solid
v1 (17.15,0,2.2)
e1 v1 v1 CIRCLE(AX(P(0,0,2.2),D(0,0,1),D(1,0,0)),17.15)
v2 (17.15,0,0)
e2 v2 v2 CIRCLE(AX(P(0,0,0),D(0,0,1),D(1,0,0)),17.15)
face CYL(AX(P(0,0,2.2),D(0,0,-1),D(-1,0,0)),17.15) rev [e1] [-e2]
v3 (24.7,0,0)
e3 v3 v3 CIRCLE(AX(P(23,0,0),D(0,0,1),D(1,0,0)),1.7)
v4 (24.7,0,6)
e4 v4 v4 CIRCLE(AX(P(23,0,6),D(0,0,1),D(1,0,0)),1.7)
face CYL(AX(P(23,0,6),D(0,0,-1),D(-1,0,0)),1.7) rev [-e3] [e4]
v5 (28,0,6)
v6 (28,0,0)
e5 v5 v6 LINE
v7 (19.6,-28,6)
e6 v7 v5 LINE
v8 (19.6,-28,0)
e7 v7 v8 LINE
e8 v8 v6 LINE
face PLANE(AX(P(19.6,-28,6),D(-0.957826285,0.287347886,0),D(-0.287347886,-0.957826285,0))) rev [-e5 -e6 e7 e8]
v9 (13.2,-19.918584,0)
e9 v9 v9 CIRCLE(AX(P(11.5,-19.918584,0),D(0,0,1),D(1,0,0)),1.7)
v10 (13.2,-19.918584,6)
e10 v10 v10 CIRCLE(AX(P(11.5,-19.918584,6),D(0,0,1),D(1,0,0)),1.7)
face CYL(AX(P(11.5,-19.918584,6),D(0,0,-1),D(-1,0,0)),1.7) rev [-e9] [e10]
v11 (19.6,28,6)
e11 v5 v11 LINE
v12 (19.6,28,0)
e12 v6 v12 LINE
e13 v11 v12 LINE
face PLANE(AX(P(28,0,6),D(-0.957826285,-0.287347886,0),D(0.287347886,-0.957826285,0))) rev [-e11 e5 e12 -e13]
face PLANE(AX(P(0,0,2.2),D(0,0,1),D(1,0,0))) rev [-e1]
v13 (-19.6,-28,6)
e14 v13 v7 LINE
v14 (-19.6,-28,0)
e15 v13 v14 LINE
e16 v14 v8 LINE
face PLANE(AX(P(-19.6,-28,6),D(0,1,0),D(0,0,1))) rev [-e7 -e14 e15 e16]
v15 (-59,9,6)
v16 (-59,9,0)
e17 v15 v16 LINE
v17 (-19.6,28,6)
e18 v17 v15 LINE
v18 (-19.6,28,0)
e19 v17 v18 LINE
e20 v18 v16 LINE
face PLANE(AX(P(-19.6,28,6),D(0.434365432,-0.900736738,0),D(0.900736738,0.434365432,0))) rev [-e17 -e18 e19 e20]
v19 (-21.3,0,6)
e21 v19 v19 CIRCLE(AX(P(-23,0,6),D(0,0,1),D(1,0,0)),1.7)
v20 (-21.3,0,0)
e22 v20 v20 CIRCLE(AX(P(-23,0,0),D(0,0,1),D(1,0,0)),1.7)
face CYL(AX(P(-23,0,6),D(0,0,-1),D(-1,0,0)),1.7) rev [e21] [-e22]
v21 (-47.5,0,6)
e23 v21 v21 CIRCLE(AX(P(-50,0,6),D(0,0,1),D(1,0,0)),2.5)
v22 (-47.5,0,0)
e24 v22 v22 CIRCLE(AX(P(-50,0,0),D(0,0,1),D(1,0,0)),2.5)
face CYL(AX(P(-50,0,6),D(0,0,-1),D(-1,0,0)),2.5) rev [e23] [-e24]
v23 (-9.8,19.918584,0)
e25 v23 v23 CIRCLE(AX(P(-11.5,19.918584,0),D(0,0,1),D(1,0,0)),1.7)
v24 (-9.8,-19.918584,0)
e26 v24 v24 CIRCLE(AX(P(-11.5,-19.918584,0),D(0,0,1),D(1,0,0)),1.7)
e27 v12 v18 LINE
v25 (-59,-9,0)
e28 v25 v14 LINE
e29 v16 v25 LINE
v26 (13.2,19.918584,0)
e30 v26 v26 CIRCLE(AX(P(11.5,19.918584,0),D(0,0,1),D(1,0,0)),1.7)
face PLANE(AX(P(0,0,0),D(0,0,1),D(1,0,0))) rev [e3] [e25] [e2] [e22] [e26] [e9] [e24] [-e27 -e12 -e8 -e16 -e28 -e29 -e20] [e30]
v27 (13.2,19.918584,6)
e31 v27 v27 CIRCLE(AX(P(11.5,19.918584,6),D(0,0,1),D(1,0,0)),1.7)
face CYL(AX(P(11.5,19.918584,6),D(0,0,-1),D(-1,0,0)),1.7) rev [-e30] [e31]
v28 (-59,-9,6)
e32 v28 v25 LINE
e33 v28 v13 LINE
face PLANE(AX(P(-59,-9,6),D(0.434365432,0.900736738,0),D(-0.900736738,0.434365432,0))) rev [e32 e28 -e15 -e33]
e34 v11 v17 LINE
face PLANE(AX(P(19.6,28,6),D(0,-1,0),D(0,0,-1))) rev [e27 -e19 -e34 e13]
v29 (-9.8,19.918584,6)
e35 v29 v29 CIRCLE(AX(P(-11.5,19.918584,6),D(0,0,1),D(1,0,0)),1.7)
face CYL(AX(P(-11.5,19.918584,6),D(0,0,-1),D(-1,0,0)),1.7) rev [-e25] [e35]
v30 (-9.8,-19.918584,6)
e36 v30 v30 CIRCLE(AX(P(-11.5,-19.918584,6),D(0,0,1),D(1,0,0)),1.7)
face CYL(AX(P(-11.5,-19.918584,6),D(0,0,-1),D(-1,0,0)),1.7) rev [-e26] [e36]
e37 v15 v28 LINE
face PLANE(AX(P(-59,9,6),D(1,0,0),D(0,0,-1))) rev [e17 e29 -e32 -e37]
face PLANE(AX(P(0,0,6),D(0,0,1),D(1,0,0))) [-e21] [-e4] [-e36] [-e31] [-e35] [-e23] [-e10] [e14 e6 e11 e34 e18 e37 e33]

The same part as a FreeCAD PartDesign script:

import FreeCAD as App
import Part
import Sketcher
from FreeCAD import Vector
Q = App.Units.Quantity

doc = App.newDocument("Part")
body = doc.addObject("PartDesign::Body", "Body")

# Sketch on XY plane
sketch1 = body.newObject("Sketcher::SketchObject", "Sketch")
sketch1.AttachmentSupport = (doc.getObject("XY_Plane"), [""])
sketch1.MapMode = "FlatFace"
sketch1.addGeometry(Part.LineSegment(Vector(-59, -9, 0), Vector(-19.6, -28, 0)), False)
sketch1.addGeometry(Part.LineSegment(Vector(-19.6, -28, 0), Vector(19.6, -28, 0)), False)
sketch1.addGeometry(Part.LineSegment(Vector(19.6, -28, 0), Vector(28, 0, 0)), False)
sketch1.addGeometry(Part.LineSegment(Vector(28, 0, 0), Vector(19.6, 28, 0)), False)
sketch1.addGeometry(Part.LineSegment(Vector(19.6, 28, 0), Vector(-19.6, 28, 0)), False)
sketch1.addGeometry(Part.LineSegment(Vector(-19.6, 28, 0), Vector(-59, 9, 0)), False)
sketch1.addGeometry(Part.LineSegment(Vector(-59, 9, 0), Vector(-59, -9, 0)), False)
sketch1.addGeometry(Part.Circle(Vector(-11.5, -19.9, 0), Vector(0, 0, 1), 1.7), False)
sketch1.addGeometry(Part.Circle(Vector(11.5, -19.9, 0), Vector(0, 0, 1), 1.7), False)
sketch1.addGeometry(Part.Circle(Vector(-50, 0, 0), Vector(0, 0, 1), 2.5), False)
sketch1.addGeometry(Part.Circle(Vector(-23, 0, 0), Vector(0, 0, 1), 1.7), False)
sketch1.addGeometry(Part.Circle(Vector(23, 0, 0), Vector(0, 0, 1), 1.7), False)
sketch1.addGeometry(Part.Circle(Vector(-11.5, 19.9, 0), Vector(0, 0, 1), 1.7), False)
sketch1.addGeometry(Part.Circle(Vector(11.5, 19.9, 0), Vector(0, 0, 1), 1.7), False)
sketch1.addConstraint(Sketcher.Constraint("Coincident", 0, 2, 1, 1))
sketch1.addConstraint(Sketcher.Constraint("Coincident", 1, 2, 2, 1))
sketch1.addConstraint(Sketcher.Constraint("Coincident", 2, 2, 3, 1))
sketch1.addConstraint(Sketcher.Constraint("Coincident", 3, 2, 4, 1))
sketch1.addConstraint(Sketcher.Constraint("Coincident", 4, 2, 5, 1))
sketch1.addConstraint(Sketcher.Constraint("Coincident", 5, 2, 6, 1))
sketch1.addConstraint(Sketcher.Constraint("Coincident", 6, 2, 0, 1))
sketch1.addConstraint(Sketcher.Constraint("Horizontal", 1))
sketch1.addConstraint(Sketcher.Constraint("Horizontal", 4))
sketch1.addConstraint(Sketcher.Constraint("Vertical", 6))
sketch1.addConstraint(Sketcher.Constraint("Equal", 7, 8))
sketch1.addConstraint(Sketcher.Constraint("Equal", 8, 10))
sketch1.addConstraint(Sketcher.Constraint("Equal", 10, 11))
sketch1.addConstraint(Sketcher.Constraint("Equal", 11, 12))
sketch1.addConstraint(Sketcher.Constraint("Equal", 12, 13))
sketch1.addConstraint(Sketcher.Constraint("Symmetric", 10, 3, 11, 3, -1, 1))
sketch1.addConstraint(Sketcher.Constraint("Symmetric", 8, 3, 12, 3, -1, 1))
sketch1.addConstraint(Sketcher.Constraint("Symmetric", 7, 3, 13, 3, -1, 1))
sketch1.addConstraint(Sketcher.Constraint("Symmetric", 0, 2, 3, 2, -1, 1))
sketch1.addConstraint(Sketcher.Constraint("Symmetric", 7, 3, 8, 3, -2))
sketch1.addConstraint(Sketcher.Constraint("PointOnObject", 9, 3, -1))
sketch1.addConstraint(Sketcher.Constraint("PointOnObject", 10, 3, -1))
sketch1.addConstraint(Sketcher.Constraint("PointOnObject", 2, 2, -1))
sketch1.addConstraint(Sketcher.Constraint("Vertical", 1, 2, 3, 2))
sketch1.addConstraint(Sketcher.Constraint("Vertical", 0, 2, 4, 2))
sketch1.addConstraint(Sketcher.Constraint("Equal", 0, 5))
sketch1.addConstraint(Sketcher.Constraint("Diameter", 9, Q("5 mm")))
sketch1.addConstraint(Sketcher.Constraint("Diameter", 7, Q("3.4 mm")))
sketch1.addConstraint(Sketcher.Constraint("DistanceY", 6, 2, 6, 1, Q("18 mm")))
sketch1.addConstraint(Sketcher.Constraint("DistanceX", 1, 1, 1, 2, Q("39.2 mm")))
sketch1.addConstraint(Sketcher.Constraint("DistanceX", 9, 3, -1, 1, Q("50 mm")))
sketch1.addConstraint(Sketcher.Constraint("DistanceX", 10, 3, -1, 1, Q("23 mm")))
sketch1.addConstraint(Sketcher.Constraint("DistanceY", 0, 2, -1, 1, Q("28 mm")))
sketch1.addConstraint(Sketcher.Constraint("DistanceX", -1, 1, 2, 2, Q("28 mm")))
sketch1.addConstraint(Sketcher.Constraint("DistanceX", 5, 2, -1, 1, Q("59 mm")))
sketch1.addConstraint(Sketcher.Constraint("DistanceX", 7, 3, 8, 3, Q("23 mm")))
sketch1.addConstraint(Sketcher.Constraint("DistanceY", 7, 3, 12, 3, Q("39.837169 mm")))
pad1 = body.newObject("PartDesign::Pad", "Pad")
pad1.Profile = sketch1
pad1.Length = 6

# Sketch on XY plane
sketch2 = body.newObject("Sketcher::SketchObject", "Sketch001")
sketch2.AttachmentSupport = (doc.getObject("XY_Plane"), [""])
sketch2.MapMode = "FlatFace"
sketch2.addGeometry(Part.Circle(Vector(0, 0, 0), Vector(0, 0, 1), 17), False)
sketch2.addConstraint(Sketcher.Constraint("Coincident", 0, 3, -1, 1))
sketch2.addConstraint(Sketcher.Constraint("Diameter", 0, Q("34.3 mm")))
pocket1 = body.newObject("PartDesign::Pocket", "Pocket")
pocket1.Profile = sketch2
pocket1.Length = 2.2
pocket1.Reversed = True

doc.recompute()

_ _ _ _ _

> Work item:
Taking the listing above as the source, transcribe only the lines starting at the line with "e34 v11 v17 LINE" and going through the line with "face PLANE(AX(P(-59,9,6),D(1,0,0),D(0,0,-1))) rev", unaltered and with both ends included.

> Response for this exercise:
e34 v11 v17 LINE
face PLANE(AX(P(19.6,28,6),D(0,-1,0),D(0,0,-1))) rev [e27 -e19 -e34 e13]
v29 (-9.8,19.918584,6)
e35 v29 v29 CIRCLE(AX(P(-11.5,19.918584,6),D(0,0,1),D(1,0,0)),1.7)
face CYL(AX(P(-11.5,19.918584,6),D(0,0,-1),D(-1,0,0)),1.7) rev [-e25] [e35]
v30 (-9.8,-19.918584,6)
e36 v30 v30 CIRCLE(AX(P(-11.5,-19.918584,6),D(0,0,1),D(1,0,0)),1.7)
face CYL(AX(P(-11.5,-19.918584,6),D(0,0,-1),D(-1,0,0)),1.7) rev [-e26] [e36]
e37 v15 v28 LINE
face PLANE(AX(P(-59,9,6),D(1,0,0),D(0,0,-1))) rev [e17 e29 -e32 -e37]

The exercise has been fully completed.